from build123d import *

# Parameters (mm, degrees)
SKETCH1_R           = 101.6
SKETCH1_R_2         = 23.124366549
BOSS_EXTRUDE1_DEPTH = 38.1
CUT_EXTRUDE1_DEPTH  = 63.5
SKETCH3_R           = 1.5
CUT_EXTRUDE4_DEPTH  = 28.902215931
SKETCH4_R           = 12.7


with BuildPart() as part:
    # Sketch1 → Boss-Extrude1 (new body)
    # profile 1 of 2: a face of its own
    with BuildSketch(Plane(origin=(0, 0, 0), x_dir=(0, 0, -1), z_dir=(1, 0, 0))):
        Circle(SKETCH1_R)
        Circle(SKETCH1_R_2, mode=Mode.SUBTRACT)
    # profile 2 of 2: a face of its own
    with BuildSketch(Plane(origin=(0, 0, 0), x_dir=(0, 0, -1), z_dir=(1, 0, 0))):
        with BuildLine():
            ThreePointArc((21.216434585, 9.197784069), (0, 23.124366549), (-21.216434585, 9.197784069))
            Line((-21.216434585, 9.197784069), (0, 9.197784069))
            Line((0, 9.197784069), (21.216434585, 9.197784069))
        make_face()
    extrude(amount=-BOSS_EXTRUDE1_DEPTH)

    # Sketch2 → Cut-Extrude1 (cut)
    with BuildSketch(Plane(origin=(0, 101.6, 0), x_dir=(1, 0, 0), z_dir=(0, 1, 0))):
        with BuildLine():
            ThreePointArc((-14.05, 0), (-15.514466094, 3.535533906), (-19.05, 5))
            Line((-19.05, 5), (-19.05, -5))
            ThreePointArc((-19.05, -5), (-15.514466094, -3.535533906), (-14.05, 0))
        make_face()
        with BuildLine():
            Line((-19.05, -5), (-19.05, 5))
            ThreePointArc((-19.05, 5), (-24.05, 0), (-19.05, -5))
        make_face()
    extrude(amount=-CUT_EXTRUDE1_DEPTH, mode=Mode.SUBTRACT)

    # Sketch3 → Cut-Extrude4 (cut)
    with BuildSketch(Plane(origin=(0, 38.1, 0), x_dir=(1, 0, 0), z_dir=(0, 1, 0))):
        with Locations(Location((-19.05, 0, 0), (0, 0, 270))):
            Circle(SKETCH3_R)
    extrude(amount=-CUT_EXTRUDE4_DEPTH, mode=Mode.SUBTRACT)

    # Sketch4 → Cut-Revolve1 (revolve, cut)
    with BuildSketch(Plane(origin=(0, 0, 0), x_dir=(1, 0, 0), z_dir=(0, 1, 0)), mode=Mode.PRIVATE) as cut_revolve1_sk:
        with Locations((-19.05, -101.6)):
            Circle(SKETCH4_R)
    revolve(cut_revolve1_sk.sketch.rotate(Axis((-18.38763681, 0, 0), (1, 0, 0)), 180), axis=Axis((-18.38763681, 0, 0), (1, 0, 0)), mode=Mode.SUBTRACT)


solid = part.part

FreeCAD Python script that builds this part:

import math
import FreeCAD as App
import Part
import Sketcher
Q = App.Units.Quantity

doc = App.newDocument("Part")
body = doc.addObject("PartDesign::Body", "Body")

# Sketch on YZ plane
sketch1 = body.newObject("Sketcher::SketchObject", "Sketch")
sketch1.AttachmentSupport = (doc.getObject("YZ_Plane"), [""])
sketch1.MapMode = "FlatFace"
sketch1.addGeometry(Part.Circle(App.Vector(0, 0, 0), App.Vector(0, 0, 1), 101.6), False)
sketch1.addGeometry(Part.ArcOfCircle(Part.Circle(App.Vector(0, 0, 0), App.Vector(0, 0, 1), 23.124367), math.radians(66.562223), math.radians(293.437777)), False)
sketch1.addGeometry(Part.LineSegment(App.Vector(9.197784, 21.216435, 0), App.Vector(9.197784, -21.216435, 0)), False)
sketch1.addConstraint(Sketcher.Constraint("Coincident", 1, 1, 2, 1))
sketch1.addConstraint(Sketcher.Constraint("Coincident", 2, 2, 1, 2))
sketch1.addConstraint(Sketcher.Constraint("Vertical", 2))
sketch1.addConstraint(Sketcher.Constraint("Coincident", 0, 3, -1, 1))
sketch1.addConstraint(Sketcher.Constraint("Coincident", 1, 3, -1, 1))
sketch1.addConstraint(Sketcher.Constraint("Diameter", 0, Q("8 in")))
sketch1.addConstraint(Sketcher.Constraint("Radius", 1, Q("23.124367 mm")))
sketch1.addConstraint(Sketcher.Constraint("DistanceY", 2, 2, 2, 1, Q("42.432869 mm")))
pad1 = body.newObject("PartDesign::Pad", "Pad")
pad1.Profile = sketch1
pad1.Length = Q("1.5 in")
pad1.Reversed = True

# Sketch on XZ plane
sketch2 = body.newObject("Sketcher::SketchObject", "Sketch001")
sketch2.AttachmentSupport = (doc.getObject("XZ_Plane"), [""])
sketch2.MapMode = "FlatFace"
sketch2.AttachmentOffset = App.Placement(App.Vector(0, 0, -4 * 25.4), App.Rotation())
sketch2.addGeometry(Part.ArcOfCircle(Part.Circle(App.Vector(-19.05, 0, 0), App.Vector(0, 0, 1), 5), math.radians(-90), math.radians(0)), False)
sketch2.addGeometry(Part.ArcOfCircle(Part.Circle(App.Vector(-19.05, 0, 0), App.Vector(0, 0, 1), 5), math.radians(90), math.radians(270)), False)
sketch2.addGeometry(Part.ArcOfCircle(Part.Circle(App.Vector(-19.05, 0, 0), App.Vector(0, 0, 1), 5), math.radians(0), math.radians(90)), False)
sketch2.addConstraint(Sketcher.Constraint("Tangent", 0, 1, 1, 2))
sketch2.addConstraint(Sketcher.Constraint("Tangent", 1, 1, 2, 2))
sketch2.addConstraint(Sketcher.Constraint("Tangent", 2, 1, 0, 2))
sketch2.addConstraint(Sketcher.Constraint("Symmetric", 0, 1, 1, 1, -1))
sketch2.addConstraint(Sketcher.Constraint("PointOnObject", 2, 1, -1))
sketch2.addConstraint(Sketcher.Constraint("Vertical", 2, 3, 0, 1))
sketch2.addConstraint(Sketcher.Constraint("DistanceX", 0, 3, -1, 1, Q("0.75 in")))
sketch2.addConstraint(Sketcher.Constraint("Radius", 0, Q("5 mm")))
pocket1 = body.newObject("PartDesign::Pocket", "Pocket")
pocket1.Profile = sketch2
pocket1.Length = Q("2.5 in")
pocket1.Reversed = True

# Sketch on XZ plane
sketch3 = body.newObject("Sketcher::SketchObject", "Sketch002")
sketch3.AttachmentSupport = (doc.getObject("XZ_Plane"), [""])
sketch3.MapMode = "FlatFace"
sketch3.AttachmentOffset = App.Placement(App.Vector(0, 0, -1.5 * 25.4), App.Rotation())
sketch3.addGeometry(Part.Circle(App.Vector(-19.05, 0, 0), App.Vector(0, 0, 1), 1.5), False)
sketch3.addConstraint(Sketcher.Constraint("PointOnObject", 0, 3, -1))
sketch3.addConstraint(Sketcher.Constraint("Diameter", 0, Q("3 mm")))
sketch3.addConstraint(Sketcher.Constraint("DistanceX", 0, 3, -1, 1, Q("0.75 in")))
pocket2 = body.newObject("PartDesign::Pocket", "Pocket001")
pocket2.Profile = sketch3
pocket2.Length = 28.902216
pocket2.Reversed = True

# Sketch on XZ plane
sketch4 = body.newObject("Sketcher::SketchObject", "Sketch003")
sketch4.AttachmentSupport = (doc.getObject("XZ_Plane"), [""])
sketch4.MapMode = "FlatFace"
sketch4.addGeometry(Part.Circle(App.Vector(-19.05, 101.6, 0), App.Vector(0, 0, 1), 12.7), False)
sketch4.addConstraint(Sketcher.Constraint("Diameter", 0, Q("1 in")))
sketch4.addConstraint(Sketcher.Constraint("DistanceY", -1, 1, 0, 3, Q("4 in")))
sketch4.addConstraint(Sketcher.Constraint("DistanceX", 0, 3, -1, 1, Q("0.75 in")))
groove = body.newObject("PartDesign::Groove", "Groove")
groove.Profile = sketch4
groove.ReferenceAxis = (sketch4, ["H_Axis"])
groove.Angle = 360

doc.recompute()
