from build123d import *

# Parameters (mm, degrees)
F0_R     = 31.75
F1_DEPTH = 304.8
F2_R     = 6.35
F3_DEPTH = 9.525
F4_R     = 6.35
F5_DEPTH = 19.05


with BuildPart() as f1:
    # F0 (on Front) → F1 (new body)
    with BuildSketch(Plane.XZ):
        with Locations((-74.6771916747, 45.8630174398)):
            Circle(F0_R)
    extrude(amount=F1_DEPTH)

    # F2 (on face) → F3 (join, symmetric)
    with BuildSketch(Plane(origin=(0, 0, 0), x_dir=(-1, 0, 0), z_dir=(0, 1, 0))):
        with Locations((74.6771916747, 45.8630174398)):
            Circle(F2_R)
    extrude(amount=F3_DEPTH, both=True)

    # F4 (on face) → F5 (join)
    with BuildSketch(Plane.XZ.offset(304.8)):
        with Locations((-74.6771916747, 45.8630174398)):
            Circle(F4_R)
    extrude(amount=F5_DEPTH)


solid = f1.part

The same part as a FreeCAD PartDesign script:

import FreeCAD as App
import Part
import Sketcher

V = App.Vector
Q = App.Units.Quantity

doc = App.newDocument("Part")
body = doc.addObject("PartDesign::Body", "Body")

sketch1 = doc.addObject("Sketcher::SketchObject", "Sketch")
body.addObject(sketch1)
sketch1.AttachmentSupport = (doc.XZ_Plane, [""])
sketch1.MapMode = "FlatFace"
sketch1.addGeometry(Part.Circle(V(-75, 46, 0), V(0, 0, 1), 32), False)
sketch1.addConstraint([
    Sketcher.Constraint("Diameter", 0, Q("2.5 in")),
    Sketcher.Constraint("DistanceX", 0, 3, -1, 1, 74.677192),
    Sketcher.Constraint("DistanceY", -1, 1, 0, 3, 45.863017),
])
pad1 = doc.addObject("PartDesign::Pad", "Pad")
body.addObject(pad1)
pad1.Profile = sketch1
pad1.Length = Q("12 in")

sketch2 = doc.addObject("Sketcher::SketchObject", "Sketch001")
body.addObject(sketch2)
sketch2.AttachmentSupport = (doc.XZ_Plane, [""])
sketch2.MapMode = "FlatFace"
sketch2.addGeometry(Part.Circle(V(-75, 46, 0), V(0, 0, 1), 6), False)
sketch2.addConstraint([
    Sketcher.Constraint("Diameter", 0, Q("0.5 in")),
    Sketcher.Constraint("DistanceX", 0, 3, -1, 1, 74.677192),
    Sketcher.Constraint("DistanceY", -1, 1, 0, 3, 45.863017),
])
pad2 = doc.addObject("PartDesign::Pad", "Pad001")
body.addObject(pad2)
pad2.Profile = sketch2
pad2.Length = Q("0.75 in")
pad2.Midplane = True

sketch3 = doc.addObject("Sketcher::SketchObject", "Sketch002")
body.addObject(sketch3)
sketch3.AttachmentSupport = (doc.XZ_Plane, [""])
sketch3.MapMode = "FlatFace"
sketch3.AttachmentOffset = App.Placement(V(0, 0, 12 * 25.4), App.Rotation())
sketch3.addGeometry(Part.Circle(V(-75, 46, 0), V(0, 0, 1), 6), False)
sketch3.addConstraint([
    Sketcher.Constraint("Diameter", 0, Q("0.5 in")),
    Sketcher.Constraint("DistanceX", 0, 3, -1, 1, 74.677192),
    Sketcher.Constraint("DistanceY", -1, 1, 0, 3, 45.863017),
])
pad3 = doc.addObject("PartDesign::Pad", "Pad002")
body.addObject(pad3)
pad3.Profile = sketch3
pad3.Length = Q("0.75 in")

doc.recompute()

**Activity:** Starting at the first line of the data above, retype each line exactly until you reach the line containing "# Sketch3 → Cut-Extrude4 (cut)", and include that line too.

**Response for this exercise:**
from build123d import *

# Parameters (mm, degrees)
SKETCH1_R           = 101.6
SKETCH1_R_2         = 23.124366549
BOSS_EXTRUDE1_DEPTH = 38.1
CUT_EXTRUDE1_DEPTH  = 63.5
SKETCH3_R           = 1.5
CUT_EXTRUDE4_DEPTH  = 28.902215931
SKETCH4_R           = 12.7


with BuildPart() as part:
    # Sketch1 → Boss-Extrude1 (new body)
    # profile 1 of 2: a face of its own
    with BuildSketch(Plane(origin=(0, 0, 0), x_dir=(0, 0, -1), z_dir=(1, 0, 0))):
        Circle(SKETCH1_R)
        Circle(SKETCH1_R_2, mode=Mode.SUBTRACT)
    # profile 2 of 2: a face of its own
    with BuildSketch(Plane(origin=(0, 0, 0), x_dir=(0, 0, -1), z_dir=(1, 0, 0))):
        with BuildLine():
            ThreePointArc((21.216434585, 9.197784069), (0, 23.124366549), (-21.216434585, 9.197784069))
            Line((-21.216434585, 9.197784069), (0, 9.197784069))
            Line((0, 9.197784069), (21.216434585, 9.197784069))
        make_face()
    extrude(amount=-BOSS_EXTRUDE1_DEPTH)

    # Sketch2 → Cut-Extrude1 (cut)
    with BuildSketch(Plane(origin=(0, 101.6, 0), x_dir=(1, 0, 0), z_dir=(0, 1, 0))):
        with BuildLine():
            ThreePointArc((-14.05, 0), (-15.514466094, 3.535533906), (-19.05, 5))
            Line((-19.05, 5), (-19.05, -5))
            ThreePointArc((-19.05, -5), (-15.514466094, -3.535533906), (-14.05, 0))
        make_face()
        with BuildLine():
            Line((-19.05, -5), (-19.05, 5))
            ThreePointArc((-19.05, 5), (-24.05, 0), (-19.05, -5))
        make_face()
    extrude(amount=-CUT_EXTRUDE1_DEPTH, mode=Mode.SUBTRACT)

    # Sketch3 → Cut-Extrude4 (cut)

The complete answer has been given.